Aston Martin has confirmed it will cut 20% of its workforce after widening annual losses as the luxury car maker struggles with weak global demand and the impact of US trade tariffs.
The Gaydon-based manufacturer said net losses rose 52% to £493.2m last year, while operating losses reached £259.2m. The company employs around 3,000 people worldwide, meaning around 600 jobs are expected to be cut, with most of the cuts likely to impact its UK operations.
Aston Martin said the restructuring program would deliver annual savings of around £40 million, with most of those savings realized in 2026. No detailed timeline for the layoffs was given, but confirmed that roles across the company, including factory positions, would be affected.
The automaker blamed “extremely disruptive” US tariffs imposed under Donald Trump as well as subdued demand in China, the world’s largest auto market. The company has already warned that the tariffs have significantly hurt sales in the US, one of its key territories.
In a statement, Aston Martin said: “Having begun a process of implementing organizational adjustments in early 2025 to ensure the company was adequately resourced for its future plans, we had to make the difficult decision at the end of 2025 to implement further changes. This latest program will ultimately result in the departure of up to 20% of our valued workforce.”
The job cuts are part of a broader effort to stabilize the company’s finances after years of volatility. As well as cutting staff, Aston Martin has cut its five-year investment plan from £2bn to £1.7bn by delaying investment in electric vehicle development.
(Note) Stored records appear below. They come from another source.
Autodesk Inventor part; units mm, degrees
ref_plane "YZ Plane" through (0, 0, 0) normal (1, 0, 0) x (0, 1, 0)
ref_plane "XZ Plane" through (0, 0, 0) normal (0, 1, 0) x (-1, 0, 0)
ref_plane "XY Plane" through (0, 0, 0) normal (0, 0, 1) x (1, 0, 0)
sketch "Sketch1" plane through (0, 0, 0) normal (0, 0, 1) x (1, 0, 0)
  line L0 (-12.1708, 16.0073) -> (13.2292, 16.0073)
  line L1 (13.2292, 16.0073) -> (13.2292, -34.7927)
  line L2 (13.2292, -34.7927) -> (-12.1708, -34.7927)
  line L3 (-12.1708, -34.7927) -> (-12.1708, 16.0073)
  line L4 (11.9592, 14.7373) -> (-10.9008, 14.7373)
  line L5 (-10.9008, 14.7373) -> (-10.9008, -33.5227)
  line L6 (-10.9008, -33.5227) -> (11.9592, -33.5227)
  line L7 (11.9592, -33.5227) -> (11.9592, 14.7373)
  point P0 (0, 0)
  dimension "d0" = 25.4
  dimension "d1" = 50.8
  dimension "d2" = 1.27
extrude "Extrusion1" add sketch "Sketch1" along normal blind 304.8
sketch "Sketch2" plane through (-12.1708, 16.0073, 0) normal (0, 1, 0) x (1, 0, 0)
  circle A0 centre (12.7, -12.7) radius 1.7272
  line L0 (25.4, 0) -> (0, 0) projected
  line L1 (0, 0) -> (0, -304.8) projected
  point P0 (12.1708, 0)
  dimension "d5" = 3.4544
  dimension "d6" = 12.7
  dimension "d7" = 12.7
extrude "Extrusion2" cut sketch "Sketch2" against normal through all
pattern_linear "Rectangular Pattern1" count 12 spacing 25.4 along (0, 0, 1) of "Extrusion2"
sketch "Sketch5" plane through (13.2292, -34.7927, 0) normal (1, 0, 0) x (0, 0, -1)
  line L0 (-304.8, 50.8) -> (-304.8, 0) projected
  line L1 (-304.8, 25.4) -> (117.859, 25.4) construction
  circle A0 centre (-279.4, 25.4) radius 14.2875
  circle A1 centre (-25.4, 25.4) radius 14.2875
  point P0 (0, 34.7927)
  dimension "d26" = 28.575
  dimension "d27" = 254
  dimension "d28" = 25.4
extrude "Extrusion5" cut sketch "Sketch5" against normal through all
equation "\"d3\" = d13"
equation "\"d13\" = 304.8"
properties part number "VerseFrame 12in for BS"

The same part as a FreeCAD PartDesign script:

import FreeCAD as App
import Part
import Sketcher
from FreeCAD import Vector
Q = App.Units.Quantity

doc = App.newDocument("Part")
body = doc.addObject("PartDesign::Body", "Body")

# Sketch on XY plane
sketch1 = doc.addObject("Sketcher::SketchObject", "Sketch")
body.addObject(sketch1)
sketch1.AttachmentSupport = (doc.XY_Plane, [""])
sketch1.MapMode = "FlatFace"
sketch1.addGeometry([
    Part.LineSegment(Vector(13.2292, 16.0073, 0), Vector(-12.1708, 16.0073, 0)),  # 0
    Part.LineSegment(Vector(-12.1708, 16.0073, 0), Vector(-12.1708, -34.7927, 0)),  # 1
    Part.LineSegment(Vector(-12.1708, -34.7927, 0), Vector(13.2292, -34.7927, 0)),  # 2
    Part.LineSegment(Vector(13.2292, -34.7927, 0), Vector(13.2292, 16.0073, 0)),  # 3
    Part.LineSegment(Vector(-10.9008, 14.7373, 0), Vector(11.9592, 14.7373, 0)),  # 4
    Part.LineSegment(Vector(11.9592, 14.7373, 0), Vector(11.9592, -33.5227, 0)),  # 5
    Part.LineSegment(Vector(11.9592, -33.5227, 0), Vector(-10.9008, -33.5227, 0)),  # 6
    Part.LineSegment(Vector(-10.9008, -33.5227, 0), Vector(-10.9008, 14.7373, 0)),  # 7
], False)
sketch1.addConstraint([
    Sketcher.Constraint("Coincident", 0, 2, 1, 1),
    Sketcher.Constraint("Coincident", 1, 2, 2, 1),
    Sketcher.Constraint("Coincident", 2, 2, 3, 1),
    Sketcher.Constraint("Coincident", 3, 2, 0, 1),
    Sketcher.Constraint("Coincident", 4, 2, 5, 1),
    Sketcher.Constraint("Coincident", 5, 2, 6, 1),
    Sketcher.Constraint("Coincident", 6, 2, 7, 1),
    Sketcher.Constraint("Coincident", 7, 2, 4, 1),
    Sketcher.Constraint("Horizontal", 0),
    Sketcher.Constraint("Vertical", 1),
    Sketcher.Constraint("Horizontal", 2),
    Sketcher.Constraint("Vertical", 3),
    Sketcher.Constraint("Horizontal", 4),
    Sketcher.Constraint("Vertical", 5),
    Sketcher.Constraint("Horizontal", 6),
    Sketcher.Constraint("Vertical", 7),
    Sketcher.Constraint("DistanceX", 0, 2, 0, 1, Q("1 in")),
    Sketcher.Constraint("DistanceY", 1, 2, 1, 1, Q("2 in")),
    Sketcher.Constraint("DistanceX", 4, 2, 3, 2, Q("0.05 in")),
    Sketcher.Constraint("DistanceY", 4, 2, 3, 2, Q("0.05 in")),
    Sketcher.Constraint("DistanceY", 2, 2, 5, 2, Q("0.05 in")),
    Sketcher.Constraint("DistanceX", 1, 2, 6, 2, Q("0.05 in")),
    Sketcher.Constraint("DistanceY", -1, 1, 0, 2, Q("0.6302 in")),
    Sketcher.Constraint("DistanceX", 0, 2, -1, 1, Q("12.1708 mm")),
])
pad1 = doc.addObject("PartDesign::Pad", "Pad")
body.addObject(pad1)
pad1.Profile = sketch1
pad1.Length = Q("12 in")

# Sketch on XZ plane
sketch2 = doc.addObject("Sketcher::SketchObject", "Sketch001")
body.addObject(sketch2)
sketch2.AttachmentSupport = (doc.XZ_Plane, [""])
sketch2.MapMode = "FlatFace"
sketch2.AttachmentOffset = App.Placement(Vector(0, 0, -0.6302087 * 25.4), App.Rotation())
sketch2.addGeometry(Part.Circle(Vector(0.5292, 12.7, 0), Vector(0, 0, 1), 1.7272), False)
sketch2.addConstraint([
    Sketcher.Constraint("Diameter", 0, Q("0.136 in")),
    Sketcher.Constraint("DistanceY", -1, 1, 0, 3, Q("0.5 in")),
    Sketcher.Constraint("DistanceX", -1, 1, 0, 3, Q("0.5292 mm")),
])
pocket1 = doc.addObject("PartDesign::Pocket", "Pocket")
body.addObject(pocket1)
pocket1.Profile = sketch2
pocket1.Type = "ThroughAll"
pocket1.Reversed = True
doc.recompute()

linearpattern = doc.addObject("PartDesign::LinearPattern", "LinearPattern")
body.addObject(linearpattern)
linearpattern.Originals = [pocket1]
linearpattern.Direction = (doc.Z_Axis, [""])
linearpattern.Mode = "offset"
linearpattern.Offset = Q("1 in")
linearpattern.Occurrences = 12
body.Tip = linearpattern

# Sketch on YZ plane
sketch3 = doc.addObject("Sketcher::SketchObject", "Sketch002")
body.addObject(sketch3)
sketch3.AttachmentSupport = (doc.YZ_Plane, [""])
sketch3.MapMode = "FlatFace"
sketch3.AttachmentOffset = App.Placement(Vector(0, 0, 13.2292), App.Rotation())
sketch3.addGeometry([
    Part.Circle(Vector(-9.3927, 279.4, 0), Vector(0, 0, 1), 14.2875),
    Part.Circle(Vector(-9.3927, 25.4, 0), Vector(0, 0, 1), 14.2875),
], False)
sketch3.addConstraint([
    Sketcher.Constraint("Equal", 0, 1),
    Sketcher.Constraint("Vertical", 0, 3, 1, 3),
    Sketcher.Constraint("Diameter", 0, Q("1.125 in")),
    Sketcher.Constraint("DistanceY", -1, 1, 1, 3, Q("1 in")),
    Sketcher.Constraint("DistanceY", 1, 3, 0, 3, Q("10 in")),
    Sketcher.Constraint("DistanceX", 0, 3, -1, 1, Q("0.3698 in")),
])
pocket2 = doc.addObject("PartDesign::Pocket", "Pocket001")
body.addObject(pocket2)
pocket2.Profile = sketch3
pocket2.Type = "ThroughAll"

doc.recompute()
The move signals a change in strategy as the company prioritizes short-term liquidity preservation over accelerated electrification. This comes amid a general slowdown in demand for electric vehicles across the luxury segment and increasing pressure on automakers due to rising borrowing costs and trade uncertainty.
Aston Martin said it expects further cash outflows in 2026 but forecast a “significant improvement” in financial performance, helped by the launch of its Valhalla hybrid supercar. Around 500 deliveries of the £850,000 model are expected to contribute to improved margins.
The company is targeting gross margins in the high 30% range and adjusted earnings before interest and taxes close to breakeven.
In a further attempt to strengthen its balance sheet, Aston Martin last week agreed a £50 million deal to sell perpetual brand rights to its Formula One team.
Despite the cost-cutting measures and asset divestitures, the company remains under investor scrutiny for its long-term turnaround plan as it tries to return to profitability in a turbulent global market.